Let's start by jumping right in and looking at a game. The game commonly referred to as **The Prisoner's Dilemma** is a classic example used to demonstrate game theory. It is usually explained through the use of this story, although the actual game called **The Prisoner's Dilemma** - often just called **PD** for short, is not limited to this situation. The underlying dynamics of it can be used to describe all sorts of phenomena.

### The StoryEdit

Two men, Andy and Bob, were arrested after an armed robbery. The police had enough evidence to convict the two for the theft of the get-away car, but not enough to convict them for the actual armed robbery. However, if the police could get a confession from either of the two men they could conceivably convict them both for the armed robbery.
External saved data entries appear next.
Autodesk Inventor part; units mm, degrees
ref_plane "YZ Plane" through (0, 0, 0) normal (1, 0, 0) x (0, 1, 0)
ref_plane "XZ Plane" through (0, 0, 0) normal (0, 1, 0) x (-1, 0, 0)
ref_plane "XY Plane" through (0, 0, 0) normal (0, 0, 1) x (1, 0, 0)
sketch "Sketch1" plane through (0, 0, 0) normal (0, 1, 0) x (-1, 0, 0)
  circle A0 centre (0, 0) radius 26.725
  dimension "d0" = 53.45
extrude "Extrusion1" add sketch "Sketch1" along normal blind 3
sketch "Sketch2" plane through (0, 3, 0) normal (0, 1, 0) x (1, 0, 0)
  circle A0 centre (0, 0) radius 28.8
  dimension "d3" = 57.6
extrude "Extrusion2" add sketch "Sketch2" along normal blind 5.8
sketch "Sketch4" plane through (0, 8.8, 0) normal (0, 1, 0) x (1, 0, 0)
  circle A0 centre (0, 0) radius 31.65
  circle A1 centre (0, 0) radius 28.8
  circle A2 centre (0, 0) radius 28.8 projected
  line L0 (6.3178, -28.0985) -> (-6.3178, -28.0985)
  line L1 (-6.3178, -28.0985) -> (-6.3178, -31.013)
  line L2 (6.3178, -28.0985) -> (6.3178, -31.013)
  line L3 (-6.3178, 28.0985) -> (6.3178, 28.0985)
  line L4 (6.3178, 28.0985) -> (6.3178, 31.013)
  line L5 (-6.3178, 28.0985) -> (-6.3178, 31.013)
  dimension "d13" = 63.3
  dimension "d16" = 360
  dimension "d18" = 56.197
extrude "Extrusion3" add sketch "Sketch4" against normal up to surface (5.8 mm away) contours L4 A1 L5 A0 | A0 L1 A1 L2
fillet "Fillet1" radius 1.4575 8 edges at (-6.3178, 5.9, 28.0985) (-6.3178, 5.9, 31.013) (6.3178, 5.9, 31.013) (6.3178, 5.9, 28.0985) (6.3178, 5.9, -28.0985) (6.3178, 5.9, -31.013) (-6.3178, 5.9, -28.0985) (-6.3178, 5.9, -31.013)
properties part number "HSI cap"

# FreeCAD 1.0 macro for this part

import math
import FreeCAD as App
import Part
import Sketcher

V = App.Vector
Q = App.Units.Quantity


def edges_at(feature, points):
    """Names of the edges that pass closest to the given points."""
    edges = feature.Shape.Edges
    near = lambda p: min(range(len(edges)), key=lambda i: edges[i].distToShape(Part.Vertex(*p))[0])
    return sorted({f"Edge{near(p) + 1}" for p in points})

doc = App.newDocument("Part")
body = doc.addObject("PartDesign::Body", "Body")

sketch1 = body.newObject("Sketcher::SketchObject", "Sketch")
sketch1.AttachmentSupport = (doc.getObject("XZ_Plane"), [""])
sketch1.MapMode = "FlatFace"
sketch1.addGeometry(Part.Circle(V(0, 0, 0), V(0, 0, 1), 27), False)
sketch1.addConstraint([
    Sketcher.Constraint("Coincident", 0, 3, -1, 1),
    Sketcher.Constraint("Diameter", 0, Q("53.45 mm")),
])
pad1 = body.newObject("PartDesign::Pad", "Pad")
pad1.Profile = sketch1
pad1.Length = 3
pad1.Reversed = True

sketch2 = body.newObject("Sketcher::SketchObject", "Sketch001")
sketch2.AttachmentSupport = (doc.getObject("XZ_Plane"), [""])
sketch2.MapMode = "FlatFace"
sketch2.AttachmentOffset = App.Placement(V(0, 0, -3), App.Rotation())
sketch2.addGeometry(Part.Circle(V(0, 0, 0), V(0, 0, 1), 29), False)
sketch2.addConstraint([
    Sketcher.Constraint("Coincident", 0, 3, -1, 1),
    Sketcher.Constraint("Diameter", 0, Q("57.6 mm")),
])
pad2 = body.newObject("PartDesign::Pad", "Pad001")
pad2.Profile = sketch2
pad2.Length = 5.8
pad2.Reversed = True

sketch3 = body.newObject("Sketcher::SketchObject", "Sketch002")
sketch3.AttachmentSupport = (doc.getObject("XZ_Plane"), [""])
sketch3.MapMode = "FlatFace"
sketch3.AttachmentOffset = App.Placement(V(0, 0, -8.8), App.Rotation())
sketch3.addGeometry([
    Part.LineSegment(V(6.3, -28.1, 0), V(6.3, -31, 0)),
    Part.ArcOfCircle(Part.Circle(V(0, 0, 0), V(0, 0, 1), 31.6), math.radians(-102), math.radians(-78)),
    Part.LineSegment(V(-6.3, -31, 0), V(-6.3, -28.1, 0)),
    Part.ArcOfCircle(Part.Circle(V(0, 0, 0), V(0, 0, 1), 28.8), math.radians(-103), math.radians(-77)),
    Part.ArcOfCircle(Part.Circle(V(0, 0, 0), V(0, 0, 1), 31.6), math.radians(78), math.radians(102)),
    Part.LineSegment(V(6.3, 31, 0), V(6.3, 28.1, 0)),
    Part.ArcOfCircle(Part.Circle(V(0, 0, 0), V(0, 0, 1), 28.8), math.radians(77), math.radians(103)),
    Part.LineSegment(V(-6.3, 28.1, 0), V(-6.3, 31, 0)),
], False)
sketch3.addConstraint([
    Sketcher.Constraint("Coincident", 0, 2, 1, 2),
    Sketcher.Constraint("Coincident", 1, 1, 2, 1),
    Sketcher.Constraint("Coincident", 2, 2, 3, 1),
    Sketcher.Constraint("Coincident", 3, 2, 0, 1),
    Sketcher.Constraint("Coincident", 4, 1, 5, 1),
    Sketcher.Constraint("Coincident", 5, 2, 6, 1),
    Sketcher.Constraint("Coincident", 6, 2, 7, 1),
    Sketcher.Constraint("Coincident", 7, 2, 4, 2),
    Sketcher.Constraint("Vertical", 0),
    Sketcher.Constraint("Vertical", 2),
    Sketcher.Constraint("Vertical", 5),
    Sketcher.Constraint("Vertical", 7),
    Sketcher.Constraint("Coincident", 1, 3, -1, 1),
    Sketcher.Constraint("Coincident", 3, 3, -1, 1),
    Sketcher.Constraint("Coincident", 4, 3, -1, 1),
    Sketcher.Constraint("Coincident", 6, 3, -1, 1),
    Sketcher.Constraint("Equal", 1, 4),
    Sketcher.Constraint("Equal", 3, 6),
    Sketcher.Constraint("Horizontal", 0, 2, 1, 1),
    Sketcher.Constraint("Horizontal", 5, 2, 6, 2),
    Sketcher.Constraint("Vertical", 3, 2, 4, 1),
    Sketcher.Constraint("Radius", 1, Q("31.65 mm")),
    Sketcher.Constraint("Radius", 3, Q("28.8 mm")),
    Sketcher.Constraint("DistanceY", 0, 2, 0, 1, Q("2.9145 mm")),
])
pad3 = body.newObject("PartDesign::Pad", "Pad002")
pad3.Profile = sketch3
pad3.Length = 5.8
doc.recompute()

fillet = body.newObject("PartDesign::Fillet", "Fillet")
fillet.Base = (pad3, edges_at(pad3, [
    (-6.318, 5.9, 28.099),
    (-6.318, 5.9, 31.013),
    (6.318, 5.9, 31.013),
    (6.318, 5.9, 28.099),
    (6.318, 5.9, -28.099),
    (6.318, 5.9, -31.013),
    (-6.318, 5.9, -28.099),
    (-6.318, 5.9, -31.013),
]))
fillet.Radius = 1.4575

doc.recompute()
The police locked the two men in two separate rooms and gave them each the same offer:

- If Andy confessed and Bob stayed silent, then Andy would go scot-free and Bob would be charged for the robbery and get 10 years in jail. Of course, this worked the other way around as well. If Bob confessed and Andy stayed silent, Andy would receive the 10 years.
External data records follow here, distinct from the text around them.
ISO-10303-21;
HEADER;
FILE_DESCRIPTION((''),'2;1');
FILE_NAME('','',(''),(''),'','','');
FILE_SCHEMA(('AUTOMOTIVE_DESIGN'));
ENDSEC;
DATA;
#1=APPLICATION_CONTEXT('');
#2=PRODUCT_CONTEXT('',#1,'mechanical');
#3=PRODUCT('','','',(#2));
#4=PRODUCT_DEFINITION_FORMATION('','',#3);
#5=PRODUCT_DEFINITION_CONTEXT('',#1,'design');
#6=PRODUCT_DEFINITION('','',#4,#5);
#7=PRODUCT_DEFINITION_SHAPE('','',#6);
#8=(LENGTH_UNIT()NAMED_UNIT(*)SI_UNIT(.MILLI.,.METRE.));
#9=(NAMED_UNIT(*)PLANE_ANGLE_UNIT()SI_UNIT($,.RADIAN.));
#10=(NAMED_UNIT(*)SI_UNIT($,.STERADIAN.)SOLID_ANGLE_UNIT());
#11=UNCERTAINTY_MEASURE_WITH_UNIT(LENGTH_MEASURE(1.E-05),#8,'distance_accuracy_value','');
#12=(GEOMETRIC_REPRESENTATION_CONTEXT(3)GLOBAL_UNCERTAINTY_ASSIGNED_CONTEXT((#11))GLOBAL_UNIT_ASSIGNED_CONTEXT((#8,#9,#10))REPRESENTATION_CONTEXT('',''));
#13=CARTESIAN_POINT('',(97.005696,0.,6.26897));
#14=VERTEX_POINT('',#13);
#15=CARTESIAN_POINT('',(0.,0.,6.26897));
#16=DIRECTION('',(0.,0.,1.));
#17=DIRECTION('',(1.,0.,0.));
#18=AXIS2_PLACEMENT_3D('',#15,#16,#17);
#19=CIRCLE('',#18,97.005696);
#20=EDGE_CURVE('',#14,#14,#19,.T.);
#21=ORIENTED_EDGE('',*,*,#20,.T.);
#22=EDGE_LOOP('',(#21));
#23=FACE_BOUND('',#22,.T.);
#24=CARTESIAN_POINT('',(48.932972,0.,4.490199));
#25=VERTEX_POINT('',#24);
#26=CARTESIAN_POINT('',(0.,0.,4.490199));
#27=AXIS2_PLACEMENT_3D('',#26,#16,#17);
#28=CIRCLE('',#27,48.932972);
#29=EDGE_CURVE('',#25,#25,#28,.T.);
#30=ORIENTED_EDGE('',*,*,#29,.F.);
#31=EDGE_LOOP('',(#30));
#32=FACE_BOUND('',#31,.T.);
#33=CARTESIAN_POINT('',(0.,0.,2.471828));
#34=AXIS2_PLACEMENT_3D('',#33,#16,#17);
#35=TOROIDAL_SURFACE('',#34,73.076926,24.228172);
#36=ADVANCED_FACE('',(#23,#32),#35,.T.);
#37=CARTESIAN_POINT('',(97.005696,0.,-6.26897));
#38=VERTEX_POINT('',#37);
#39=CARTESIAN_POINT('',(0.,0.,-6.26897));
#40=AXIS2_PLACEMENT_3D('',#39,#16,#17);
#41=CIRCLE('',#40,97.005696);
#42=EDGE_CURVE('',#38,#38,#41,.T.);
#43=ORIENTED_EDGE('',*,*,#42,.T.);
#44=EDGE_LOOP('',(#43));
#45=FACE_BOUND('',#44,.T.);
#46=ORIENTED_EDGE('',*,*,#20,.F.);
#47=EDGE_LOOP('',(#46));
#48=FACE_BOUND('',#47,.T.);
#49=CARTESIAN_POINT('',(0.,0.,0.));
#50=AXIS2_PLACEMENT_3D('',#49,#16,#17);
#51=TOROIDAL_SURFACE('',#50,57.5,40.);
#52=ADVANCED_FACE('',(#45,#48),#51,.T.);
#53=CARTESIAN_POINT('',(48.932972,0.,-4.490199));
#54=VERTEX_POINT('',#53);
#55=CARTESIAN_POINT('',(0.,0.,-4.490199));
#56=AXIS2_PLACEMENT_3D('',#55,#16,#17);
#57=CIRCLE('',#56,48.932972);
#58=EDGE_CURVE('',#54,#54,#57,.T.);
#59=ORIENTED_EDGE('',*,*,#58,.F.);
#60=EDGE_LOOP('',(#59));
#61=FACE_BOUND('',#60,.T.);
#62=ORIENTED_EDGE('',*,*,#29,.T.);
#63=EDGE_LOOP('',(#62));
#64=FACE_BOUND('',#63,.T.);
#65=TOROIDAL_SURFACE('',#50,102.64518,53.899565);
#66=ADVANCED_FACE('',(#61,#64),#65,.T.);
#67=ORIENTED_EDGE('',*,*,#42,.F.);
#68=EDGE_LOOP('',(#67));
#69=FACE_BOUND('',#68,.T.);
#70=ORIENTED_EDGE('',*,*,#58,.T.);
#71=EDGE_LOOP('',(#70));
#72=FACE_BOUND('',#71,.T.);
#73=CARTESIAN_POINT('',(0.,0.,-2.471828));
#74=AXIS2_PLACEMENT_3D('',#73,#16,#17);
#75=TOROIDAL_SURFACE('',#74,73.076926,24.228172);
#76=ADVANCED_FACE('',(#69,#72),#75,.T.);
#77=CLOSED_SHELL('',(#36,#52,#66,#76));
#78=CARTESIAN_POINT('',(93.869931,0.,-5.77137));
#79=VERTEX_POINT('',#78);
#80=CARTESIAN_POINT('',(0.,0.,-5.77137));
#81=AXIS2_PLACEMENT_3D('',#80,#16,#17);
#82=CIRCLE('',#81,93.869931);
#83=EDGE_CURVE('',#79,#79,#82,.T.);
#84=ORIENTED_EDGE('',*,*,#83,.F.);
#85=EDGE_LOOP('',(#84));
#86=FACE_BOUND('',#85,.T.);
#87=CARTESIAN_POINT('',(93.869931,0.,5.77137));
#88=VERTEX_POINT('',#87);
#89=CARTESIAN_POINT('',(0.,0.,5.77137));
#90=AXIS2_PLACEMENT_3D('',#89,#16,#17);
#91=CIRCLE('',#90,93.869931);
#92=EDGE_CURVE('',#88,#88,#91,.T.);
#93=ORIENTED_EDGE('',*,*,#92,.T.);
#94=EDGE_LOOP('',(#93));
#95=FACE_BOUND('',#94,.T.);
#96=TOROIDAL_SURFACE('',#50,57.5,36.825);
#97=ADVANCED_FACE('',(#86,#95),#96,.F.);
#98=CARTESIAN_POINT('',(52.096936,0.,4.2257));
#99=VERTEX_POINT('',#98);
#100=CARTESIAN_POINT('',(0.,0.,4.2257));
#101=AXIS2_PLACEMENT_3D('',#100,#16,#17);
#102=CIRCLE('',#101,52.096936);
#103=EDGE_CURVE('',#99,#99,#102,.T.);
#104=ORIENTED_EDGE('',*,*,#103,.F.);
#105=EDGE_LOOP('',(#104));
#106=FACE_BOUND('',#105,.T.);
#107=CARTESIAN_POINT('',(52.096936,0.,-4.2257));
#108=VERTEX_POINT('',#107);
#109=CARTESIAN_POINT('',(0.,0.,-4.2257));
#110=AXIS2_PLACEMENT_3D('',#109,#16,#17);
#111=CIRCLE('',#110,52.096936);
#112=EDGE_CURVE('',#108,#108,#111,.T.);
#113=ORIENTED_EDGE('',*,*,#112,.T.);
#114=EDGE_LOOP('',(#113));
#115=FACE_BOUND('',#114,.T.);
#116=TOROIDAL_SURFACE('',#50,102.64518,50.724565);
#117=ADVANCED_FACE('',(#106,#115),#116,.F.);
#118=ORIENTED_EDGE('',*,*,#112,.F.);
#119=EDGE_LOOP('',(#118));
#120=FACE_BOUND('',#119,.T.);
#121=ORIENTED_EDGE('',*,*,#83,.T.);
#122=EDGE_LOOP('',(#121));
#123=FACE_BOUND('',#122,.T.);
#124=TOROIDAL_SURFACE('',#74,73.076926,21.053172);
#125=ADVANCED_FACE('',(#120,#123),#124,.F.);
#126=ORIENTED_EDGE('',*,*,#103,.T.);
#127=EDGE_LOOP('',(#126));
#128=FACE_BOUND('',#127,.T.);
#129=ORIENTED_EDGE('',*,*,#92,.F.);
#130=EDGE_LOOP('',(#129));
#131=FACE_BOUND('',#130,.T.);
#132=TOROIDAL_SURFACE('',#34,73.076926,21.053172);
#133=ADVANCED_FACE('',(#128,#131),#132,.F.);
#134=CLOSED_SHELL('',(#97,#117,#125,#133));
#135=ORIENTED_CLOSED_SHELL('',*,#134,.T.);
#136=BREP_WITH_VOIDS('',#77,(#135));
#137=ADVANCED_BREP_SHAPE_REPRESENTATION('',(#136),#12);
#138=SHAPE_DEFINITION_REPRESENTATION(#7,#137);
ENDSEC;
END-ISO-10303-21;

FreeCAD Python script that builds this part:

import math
import FreeCAD as App
import Part
import Sketcher
Q = App.Units.Quantity

doc = App.newDocument("Part")
params = doc.addObject("Spreadsheet::Sheet", "Params")
for row, (alias, value) in enumerate([
    ("sketch1_radius", "40 mm"),
    ("revolution_angle", "360 deg"),
], start=1):
    params.set(f"A{row}", alias)
    params.set(f"B{row}", "=" + value)
    params.setAlias(f"B{row}", alias)

body = doc.addObject("PartDesign::Body", "Body")

sketch1 = body.newObject("Sketcher::SketchObject", "Sketch")
sketch1.AttachmentSupport = (doc.getObject("YZ_Plane"), [""])
sketch1.MapMode = "FlatFace"
sketch1.addGeometry(Part.ArcOfCircle(Part.Circle(App.Vector(57, 0, 0), App.Vector(0, 0, 1), 40), math.radians(-9.02), math.radians(9.02)), False)
sketch1.addGeometry(Part.ArcOfCircle(Part.Circle(App.Vector(73, 2, 0), App.Vector(0, 0, 1), 24), math.radians(9), math.radians(90)), False)
sketch1.addGeometry(Part.ArcOfCircle(Part.Circle(App.Vector(73, 2, 0), App.Vector(0, 0, 1), 24), math.radians(90), math.radians(175)), False)
sketch1.addGeometry(Part.ArcOfCircle(Part.Circle(App.Vector(103, 0, 0), App.Vector(0, 0, 1), 54), math.radians(175.22), math.radians(184.78)), False)
sketch1.addGeometry(Part.ArcOfCircle(Part.Circle(App.Vector(73, -2, 0), App.Vector(0, 0, 1), 24), math.radians(-175), math.radians(-90)), False)
sketch1.addGeometry(Part.ArcOfCircle(Part.Circle(App.Vector(73, -2, 0), App.Vector(0, 0, 1), 24), math.radians(-90), math.radians(-9)), False)
sketch1.addGeometry(Part.ArcOfCircle(Part.Circle(App.Vector(57, 0, 0), App.Vector(0, 0, 1), 37), math.radians(-9.02), math.radians(9.02)), False)
sketch1.addGeometry(Part.ArcOfCircle(Part.Circle(App.Vector(73, -2, 0), App.Vector(0, 0, 1), 21), math.radians(-90), math.radians(-9)), False)
sketch1.addGeometry(Part.ArcOfCircle(Part.Circle(App.Vector(73, -2, 0), App.Vector(0, 0, 1), 21), math.radians(-175), math.radians(-90)), False)
sketch1.addGeometry(Part.ArcOfCircle(Part.Circle(App.Vector(103, 0, 0), App.Vector(0, 0, 1), 51), math.radians(175.22), math.radians(184.78)), False)
sketch1.addGeometry(Part.ArcOfCircle(Part.Circle(App.Vector(73, 2, 0), App.Vector(0, 0, 1), 21), math.radians(90), math.radians(175)), False)
sketch1.addGeometry(Part.ArcOfCircle(Part.Circle(App.Vector(73, 2, 0), App.Vector(0, 0, 1), 21), math.radians(9), math.radians(90)), False)
sketch1.addConstraint(Sketcher.Constraint("Tangent", 0, 2, 1, 1))
sketch1.addConstraint(Sketcher.Constraint("Tangent", 1, 2, 2, 1))
sketch1.addConstraint(Sketcher.Constraint("Tangent", 2, 2, 3, 1))
sketch1.addConstraint(Sketcher.Constraint("Tangent", 3, 2, 4, 1))
sketch1.addConstraint(Sketcher.Constraint("Tangent", 4, 2, 5, 1))
sketch1.addConstraint(Sketcher.Constraint("Tangent", 5, 2, 0, 1))
sketch1.addConstraint(Sketcher.Constraint("Tangent", 6, 1, 7, 2))
sketch1.addConstraint(Sketcher.Constraint("Tangent", 7, 1, 8, 2))
sketch1.addConstraint(Sketcher.Constraint("Tangent", 8, 1, 9, 2))
sketch1.addConstraint(Sketcher.Constraint("Tangent", 9, 1, 10, 2))
sketch1.addConstraint(Sketcher.Constraint("Tangent", 10, 1, 11, 2))
sketch1.addConstraint(Sketcher.Constraint("Tangent", 11, 1, 6, 2))
sketch1.addConstraint(Sketcher.Constraint("Coincident", 6, 3, 0, 3))
sketch1.addConstraint(Sketcher.Constraint("Coincident", 7, 3, 4, 3))
sketch1.addConstraint(Sketcher.Constraint("Coincident", 9, 3, 3, 3))
sketch1.addConstraint(Sketcher.Constraint("Coincident", 10, 3, 1, 3))
sketch1.addConstraint(Sketcher.Constraint("Equal", 1, 2))
sketch1.addConstraint(Sketcher.Constraint("Equal", 2, 4))
sketch1.addConstraint(Sketcher.Constraint("Equal", 4, 5))
sketch1.addConstraint(Sketcher.Constraint("Equal", 7, 8))
sketch1.addConstraint(Sketcher.Constraint("Symmetric", 1, 3, 4, 3, -1))
sketch1.addConstraint(Sketcher.Constraint("Vertical", 11, 3, 1, 2))
sketch1.addConstraint(Sketcher.Constraint("Vertical", 1, 2, 4, 2))
sketch1.addConstraint(Sketcher.Constraint("Vertical", 4, 2, 7, 1))
sketch1.addConstraint(Sketcher.Constraint("Vertical", 7, 1, 10, 1))
sketch1.addConstraint(Sketcher.Constraint("Radius", 0, Q("40 mm")))
sketch1.addConstraint(Sketcher.Constraint("Radius", 6, Q("36.825 mm")))
sketch1.addConstraint(Sketcher.Constraint("DistanceX", -1, 1, 0, 3, Q("57.5 mm")))
sketch1.addConstraint(Sketcher.Constraint("DistanceY", -1, 1, 1, 2, Q("26.7 mm")))
sketch1.addConstraint(Sketcher.Constraint("Radius", 1, Q("24.228172 mm")))
sketch1.addConstraint(Sketcher.Constraint("Radius", 3, Q("53.899565 mm")))
sketch1.setExpression("Constraints[25]", "Params.sketch1_radius")
revolution = body.newObject("PartDesign::Revolution", "Revolution")
revolution.Profile = sketch1
revolution.ReferenceAxis = (sketch1, ["V_Axis"])
revolution.setExpression("Angle", "Params.revolution_angle")

doc.recompute()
- If Andy confessed and Bob confessed as well, then they would both receive 7 years in jail.

- If both Andy and Bob stayed silent, then they would both receive 2 years in prison for the get-away car robbery.

The two prisoners are left to make their decision without any way to contact each other. The question is: **what did each person choose**?

### SolutionEdit

The solution that occurs every time this game is played (assuming each acts in his own best interests) is that both Andy and Bob will choose to confess, resulting in a sentence of 7 years each. This answer seems to be counter-intuitive, doesn't it? Why would both players choose to confess, an option that is clearly inferior to both of them staying silent and getting 2 years each? Not only this, but in terms of total years in prison, this is the worst possible outcome!

### ExplanationEdit

The reason that both players choose to confess is easy to explain. Let's talk about Person A (and whatever holds for Andy, will hold for Bob as well because they are both in identical situations).

The following is the explanation assuming that Andy & Bob cannot communicate their choices to each other directly or indirectly.

Andy has the following Matrix:

**If he confesses:**

Minimum Jail Term: 0 Years (If Bob remains silent)

Maximum Jail Term: 7 Years (If Bob confesses)

**If he remains silent:**

Minimum Jail Term: 2 Years (If Bob remains silent)

Maximum Jail Term: 10 Years (If Bob confesses)

Bob remains silent | Bob Confesses | |
---|---|---|

Andy Confesses | 0 | 7 |

Andy Remains Silent | 2 | 10 |

The expected payoff for the game (the average amount of benefit that a strategy will provide) is better — in this case, 3.5 years expected jail time for confessing versus 6 years for silence — if Andy confesses. Therefore, from a rational perspective, Andy should choose to confess rather than remain silent.

Also, it doesn't matter what Bob does - Andy is always better off confessing. If Bob confesses, Andy can get either 7 years for confessing or 10 for silence, and if Bob is silent, Andy can get either 0 years for confessing or 2 for silence. Unfortunately for Person Andy, this also holds true for Person Bob - who is always better off confessing. This means that if both agents do what is in their best interests, they will be 7 years together in prison! This demonstrates that in many games the "best" solution - the one where the total utility of the outcome is highest - is not the one which will ultimately occur.